Items from a dataset

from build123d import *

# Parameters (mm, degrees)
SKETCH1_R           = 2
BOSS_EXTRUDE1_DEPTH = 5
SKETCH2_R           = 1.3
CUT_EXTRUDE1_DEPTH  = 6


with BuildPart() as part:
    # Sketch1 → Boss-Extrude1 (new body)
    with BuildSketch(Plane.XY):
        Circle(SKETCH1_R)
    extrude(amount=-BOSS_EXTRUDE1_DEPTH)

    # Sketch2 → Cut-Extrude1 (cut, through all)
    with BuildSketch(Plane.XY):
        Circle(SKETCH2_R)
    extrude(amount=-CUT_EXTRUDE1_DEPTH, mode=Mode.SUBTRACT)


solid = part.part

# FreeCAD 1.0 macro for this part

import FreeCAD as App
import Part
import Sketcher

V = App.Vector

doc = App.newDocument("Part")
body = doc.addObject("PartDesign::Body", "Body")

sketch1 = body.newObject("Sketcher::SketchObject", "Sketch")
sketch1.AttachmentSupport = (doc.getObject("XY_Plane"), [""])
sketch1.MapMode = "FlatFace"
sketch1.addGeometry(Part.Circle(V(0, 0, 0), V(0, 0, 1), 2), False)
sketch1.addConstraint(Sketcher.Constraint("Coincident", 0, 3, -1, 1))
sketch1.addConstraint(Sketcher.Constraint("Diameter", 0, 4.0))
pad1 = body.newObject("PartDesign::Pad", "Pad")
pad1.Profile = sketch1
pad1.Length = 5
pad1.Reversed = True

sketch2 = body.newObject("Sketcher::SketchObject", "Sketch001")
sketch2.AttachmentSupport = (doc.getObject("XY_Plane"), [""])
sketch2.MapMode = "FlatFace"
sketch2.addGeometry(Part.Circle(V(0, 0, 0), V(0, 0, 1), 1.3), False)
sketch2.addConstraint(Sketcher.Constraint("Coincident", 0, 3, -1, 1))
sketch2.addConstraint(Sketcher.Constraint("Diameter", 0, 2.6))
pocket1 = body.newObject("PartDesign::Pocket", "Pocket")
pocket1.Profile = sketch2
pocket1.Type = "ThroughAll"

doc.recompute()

Required work ▸ Please write the entries out again exactly as they stand.

Result of the exercise ▸
from build123d import *

# Parameters (mm, degrees)
SKETCH1_R           = 2
BOSS_EXTRUDE1_DEPTH = 5
SKETCH2_R           = 1.3
CUT_EXTRUDE1_DEPTH  = 6


with BuildPart() as part:
    # Sketch1 → Boss-Extrude1 (new body)
    with BuildSketch(Plane.XY):
        Circle(SKETCH1_R)
    extrude(amount=-BOSS_EXTRUDE1_DEPTH)

    # Sketch2 → Cut-Extrude1 (cut, through all)
    with BuildSketch(Plane.XY):
        Circle(SKETCH2_R)
    extrude(amount=-CUT_EXTRUDE1_DEPTH, mode=Mode.SUBTRACT)


solid = part.part

# FreeCAD 1.0 macro for this part

import FreeCAD as App
import Part
import Sketcher

V = App.Vector

doc = App.newDocument("Part")
body = doc.addObject("PartDesign::Body", "Body")

sketch1 = body.newObject("Sketcher::SketchObject", "Sketch")
sketch1.AttachmentSupport = (doc.getObject("XY_Plane"), [""])
sketch1.MapMode = "FlatFace"
sketch1.addGeometry(Part.Circle(V(0, 0, 0), V(0, 0, 1), 2), False)
sketch1.addConstraint(Sketcher.Constraint("Coincident", 0, 3, -1, 1))
sketch1.addConstraint(Sketcher.Constraint("Diameter", 0, 4.0))
pad1 = body.newObject("PartDesign::Pad", "Pad")
pad1.Profile = sketch1
pad1.Length = 5
pad1.Reversed = True

sketch2 = body.newObject("Sketcher::SketchObject", "Sketch001")
sketch2.AttachmentSupport = (doc.getObject("XY_Plane"), [""])
sketch2.MapMode = "FlatFace"
sketch2.addGeometry(Part.Circle(V(0, 0, 0), V(0, 0, 1), 1.3), False)
sketch2.addConstraint(Sketcher.Constraint("Coincident", 0, 3, -1, 1))
sketch2.addConstraint(Sketcher.Constraint("Diameter", 0, 2.6))
pocket1 = body.newObject("PartDesign::Pocket", "Pocket")
pocket1.Profile = sketch2
pocket1.Type = "ThroughAll"

doc.recompute()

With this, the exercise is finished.